■ **Assigned task**
Lift out, unaltered, the lines of the material below between the line holding "#58=ORIENTED_EDGE('',*,*,#57,.T.);" and the line holding "#99=ORIENTED_EDGE('',*,*,#98,.T.);", counting both.
Given data Block Start
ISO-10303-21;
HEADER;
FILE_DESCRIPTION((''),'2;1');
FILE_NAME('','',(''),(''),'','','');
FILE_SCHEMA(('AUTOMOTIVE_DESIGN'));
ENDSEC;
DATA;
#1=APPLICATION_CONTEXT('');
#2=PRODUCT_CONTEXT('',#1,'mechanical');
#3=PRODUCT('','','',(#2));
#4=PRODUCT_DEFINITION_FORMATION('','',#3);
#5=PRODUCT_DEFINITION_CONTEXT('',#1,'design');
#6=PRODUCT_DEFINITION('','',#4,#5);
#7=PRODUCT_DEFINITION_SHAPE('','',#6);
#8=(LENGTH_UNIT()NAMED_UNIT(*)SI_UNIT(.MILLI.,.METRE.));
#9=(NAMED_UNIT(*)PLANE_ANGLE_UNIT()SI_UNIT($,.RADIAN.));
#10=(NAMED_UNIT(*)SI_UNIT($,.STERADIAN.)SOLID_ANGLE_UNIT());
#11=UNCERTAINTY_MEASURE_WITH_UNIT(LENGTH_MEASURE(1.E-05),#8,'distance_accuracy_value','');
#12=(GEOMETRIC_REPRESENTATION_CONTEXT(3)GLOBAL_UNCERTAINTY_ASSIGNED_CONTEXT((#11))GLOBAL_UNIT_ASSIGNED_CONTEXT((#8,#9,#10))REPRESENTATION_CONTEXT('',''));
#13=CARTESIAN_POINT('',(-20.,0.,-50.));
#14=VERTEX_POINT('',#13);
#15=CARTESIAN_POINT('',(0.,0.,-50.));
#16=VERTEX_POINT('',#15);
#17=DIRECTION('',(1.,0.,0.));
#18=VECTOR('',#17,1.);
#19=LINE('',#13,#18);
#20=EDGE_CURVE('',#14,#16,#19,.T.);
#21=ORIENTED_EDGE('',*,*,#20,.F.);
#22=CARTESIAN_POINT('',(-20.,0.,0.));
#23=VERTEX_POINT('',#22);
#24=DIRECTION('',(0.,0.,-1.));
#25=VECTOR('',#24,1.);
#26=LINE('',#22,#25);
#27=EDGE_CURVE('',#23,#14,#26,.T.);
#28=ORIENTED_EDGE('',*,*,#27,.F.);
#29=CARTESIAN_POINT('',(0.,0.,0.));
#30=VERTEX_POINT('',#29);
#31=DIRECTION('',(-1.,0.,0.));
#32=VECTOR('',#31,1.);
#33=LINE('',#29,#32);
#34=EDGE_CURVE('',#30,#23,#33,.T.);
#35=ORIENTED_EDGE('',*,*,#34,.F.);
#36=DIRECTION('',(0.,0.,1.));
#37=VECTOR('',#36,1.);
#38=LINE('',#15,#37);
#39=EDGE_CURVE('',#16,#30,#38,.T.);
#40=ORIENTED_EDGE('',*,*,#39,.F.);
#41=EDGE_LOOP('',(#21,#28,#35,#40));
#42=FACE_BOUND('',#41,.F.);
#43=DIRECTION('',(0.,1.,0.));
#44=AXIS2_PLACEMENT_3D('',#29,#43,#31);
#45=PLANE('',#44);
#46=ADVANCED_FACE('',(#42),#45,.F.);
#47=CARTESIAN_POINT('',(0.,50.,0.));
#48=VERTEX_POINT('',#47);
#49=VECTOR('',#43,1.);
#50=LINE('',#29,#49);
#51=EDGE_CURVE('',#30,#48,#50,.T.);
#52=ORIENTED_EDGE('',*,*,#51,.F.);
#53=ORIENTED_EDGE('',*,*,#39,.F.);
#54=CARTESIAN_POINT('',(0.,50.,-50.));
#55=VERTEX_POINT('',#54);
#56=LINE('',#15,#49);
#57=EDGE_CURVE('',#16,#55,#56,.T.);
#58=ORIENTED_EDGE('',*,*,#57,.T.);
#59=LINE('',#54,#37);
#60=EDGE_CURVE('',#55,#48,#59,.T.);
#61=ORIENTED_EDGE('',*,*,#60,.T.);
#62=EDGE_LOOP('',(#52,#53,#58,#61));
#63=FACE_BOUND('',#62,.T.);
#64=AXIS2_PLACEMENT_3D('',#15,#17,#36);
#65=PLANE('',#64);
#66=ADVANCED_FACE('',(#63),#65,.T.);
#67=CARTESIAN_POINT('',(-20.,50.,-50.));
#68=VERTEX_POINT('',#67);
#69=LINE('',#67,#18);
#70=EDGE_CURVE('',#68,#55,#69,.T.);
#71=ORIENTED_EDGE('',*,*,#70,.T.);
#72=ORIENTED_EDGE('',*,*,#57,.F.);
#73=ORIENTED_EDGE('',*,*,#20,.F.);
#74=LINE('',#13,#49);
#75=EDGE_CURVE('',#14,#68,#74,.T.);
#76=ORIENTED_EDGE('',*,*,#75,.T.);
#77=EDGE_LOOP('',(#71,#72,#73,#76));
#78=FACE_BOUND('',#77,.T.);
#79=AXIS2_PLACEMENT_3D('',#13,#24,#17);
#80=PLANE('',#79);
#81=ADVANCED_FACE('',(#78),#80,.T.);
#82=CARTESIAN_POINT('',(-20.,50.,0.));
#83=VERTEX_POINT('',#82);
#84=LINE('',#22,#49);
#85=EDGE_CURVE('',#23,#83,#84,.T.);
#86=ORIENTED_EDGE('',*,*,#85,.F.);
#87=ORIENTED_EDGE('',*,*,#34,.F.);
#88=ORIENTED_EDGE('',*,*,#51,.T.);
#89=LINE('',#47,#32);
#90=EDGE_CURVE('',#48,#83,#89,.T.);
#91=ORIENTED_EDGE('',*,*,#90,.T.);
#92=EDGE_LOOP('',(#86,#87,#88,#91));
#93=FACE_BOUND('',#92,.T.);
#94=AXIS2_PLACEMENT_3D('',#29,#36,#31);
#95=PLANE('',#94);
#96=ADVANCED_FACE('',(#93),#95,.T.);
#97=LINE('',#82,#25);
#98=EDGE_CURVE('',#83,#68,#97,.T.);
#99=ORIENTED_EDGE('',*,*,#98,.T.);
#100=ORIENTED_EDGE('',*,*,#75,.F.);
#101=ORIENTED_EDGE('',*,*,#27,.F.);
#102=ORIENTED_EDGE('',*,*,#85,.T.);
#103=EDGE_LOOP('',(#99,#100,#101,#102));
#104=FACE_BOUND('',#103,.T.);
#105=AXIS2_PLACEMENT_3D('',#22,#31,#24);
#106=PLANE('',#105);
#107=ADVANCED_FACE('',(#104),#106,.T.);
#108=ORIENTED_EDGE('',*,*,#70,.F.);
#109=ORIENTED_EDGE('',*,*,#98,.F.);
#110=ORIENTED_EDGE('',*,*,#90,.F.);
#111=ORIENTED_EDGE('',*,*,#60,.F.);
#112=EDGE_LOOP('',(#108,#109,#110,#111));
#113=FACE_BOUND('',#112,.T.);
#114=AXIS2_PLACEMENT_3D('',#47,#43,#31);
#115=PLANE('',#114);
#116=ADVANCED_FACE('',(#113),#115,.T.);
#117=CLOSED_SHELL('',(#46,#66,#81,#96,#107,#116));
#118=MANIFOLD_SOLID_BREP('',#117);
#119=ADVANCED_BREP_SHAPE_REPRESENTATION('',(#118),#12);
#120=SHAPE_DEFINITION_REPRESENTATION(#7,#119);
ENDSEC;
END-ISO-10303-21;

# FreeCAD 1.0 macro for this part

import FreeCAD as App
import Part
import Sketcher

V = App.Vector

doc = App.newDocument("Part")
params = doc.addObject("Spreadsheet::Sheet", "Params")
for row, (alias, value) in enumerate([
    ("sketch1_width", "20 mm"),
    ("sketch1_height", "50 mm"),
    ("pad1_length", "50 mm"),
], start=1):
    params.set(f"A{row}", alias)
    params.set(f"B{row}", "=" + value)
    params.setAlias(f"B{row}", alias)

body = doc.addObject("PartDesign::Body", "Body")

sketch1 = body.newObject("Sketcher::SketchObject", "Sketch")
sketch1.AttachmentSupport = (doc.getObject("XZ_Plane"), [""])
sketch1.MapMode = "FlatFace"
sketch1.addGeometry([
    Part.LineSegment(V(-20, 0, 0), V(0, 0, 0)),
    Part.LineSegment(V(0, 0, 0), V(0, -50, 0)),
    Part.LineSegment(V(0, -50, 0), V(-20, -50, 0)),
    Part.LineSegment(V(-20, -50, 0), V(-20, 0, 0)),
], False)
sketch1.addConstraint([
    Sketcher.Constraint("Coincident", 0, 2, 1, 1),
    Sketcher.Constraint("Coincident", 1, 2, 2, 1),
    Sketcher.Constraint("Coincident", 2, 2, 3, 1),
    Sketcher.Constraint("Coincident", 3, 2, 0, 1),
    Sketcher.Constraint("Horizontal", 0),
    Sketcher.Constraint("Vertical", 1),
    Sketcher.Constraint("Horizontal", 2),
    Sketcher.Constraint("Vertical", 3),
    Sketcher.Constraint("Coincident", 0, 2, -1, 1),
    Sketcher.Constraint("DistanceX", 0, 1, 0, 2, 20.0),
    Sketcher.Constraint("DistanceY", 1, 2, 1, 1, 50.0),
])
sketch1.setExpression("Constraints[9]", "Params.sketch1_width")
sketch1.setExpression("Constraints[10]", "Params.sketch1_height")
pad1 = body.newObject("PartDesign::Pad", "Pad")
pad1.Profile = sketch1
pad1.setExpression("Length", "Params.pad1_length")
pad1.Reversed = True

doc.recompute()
Given data Block End
■ **Response**
#58=ORIENTED_EDGE('',*,*,#57,.T.);
#59=LINE('',#54,#37);
#60=EDGE_CURVE('',#55,#48,#59,.T.);
#61=ORIENTED_EDGE('',*,*,#60,.T.);
#62=EDGE_LOOP('',(#52,#53,#58,#61));
#63=FACE_BOUND('',#62,.T.);
#64=AXIS2_PLACEMENT_3D('',#15,#17,#36);
#65=PLANE('',#64);
#66=ADVANCED_FACE('',(#63),#65,.T.);
#67=CARTESIAN_POINT('',(-20.,50.,-50.));
#68=VERTEX_POINT('',#67);
#69=LINE('',#67,#18);
#70=EDGE_CURVE('',#68,#55,#69,.T.);
#71=ORIENTED_EDGE('',*,*,#70,.T.);
#72=ORIENTED_EDGE('',*,*,#57,.F.);
#73=ORIENTED_EDGE('',*,*,#20,.F.);
#74=LINE('',#13,#49);
#75=EDGE_CURVE('',#14,#68,#74,.T.);
#76=ORIENTED_EDGE('',*,*,#75,.T.);
#77=EDGE_LOOP('',(#71,#72,#73,#76));
#78=FACE_BOUND('',#77,.T.);
#79=AXIS2_PLACEMENT_3D('',#13,#24,#17);
#80=PLANE('',#79);
#81=ADVANCED_FACE('',(#78),#80,.T.);
#82=CARTESIAN_POINT('',(-20.,50.,0.));
#83=VERTEX_POINT('',#82);
#84=LINE('',#22,#49);
#85=EDGE_CURVE('',#23,#83,#84,.T.);
#86=ORIENTED_EDGE('',*,*,#85,.F.);
#87=ORIENTED_EDGE('',*,*,#34,.F.);
#88=ORIENTED_EDGE('',*,*,#51,.T.);
#89=LINE('',#47,#32);
#90=EDGE_CURVE('',#48,#83,#89,.T.);
#91=ORIENTED_EDGE('',*,*,#90,.T.);
#92=EDGE_LOOP('',(#86,#87,#88,#91));
#93=FACE_BOUND('',#92,.T.);
#94=AXIS2_PLACEMENT_3D('',#29,#36,#31);
#95=PLANE('',#94);
#96=ADVANCED_FACE('',(#93),#95,.T.);
#97=LINE('',#82,#25);
#98=EDGE_CURVE('',#83,#68,#97,.T.);
#99=ORIENTED_EDGE('',*,*,#98,.T.);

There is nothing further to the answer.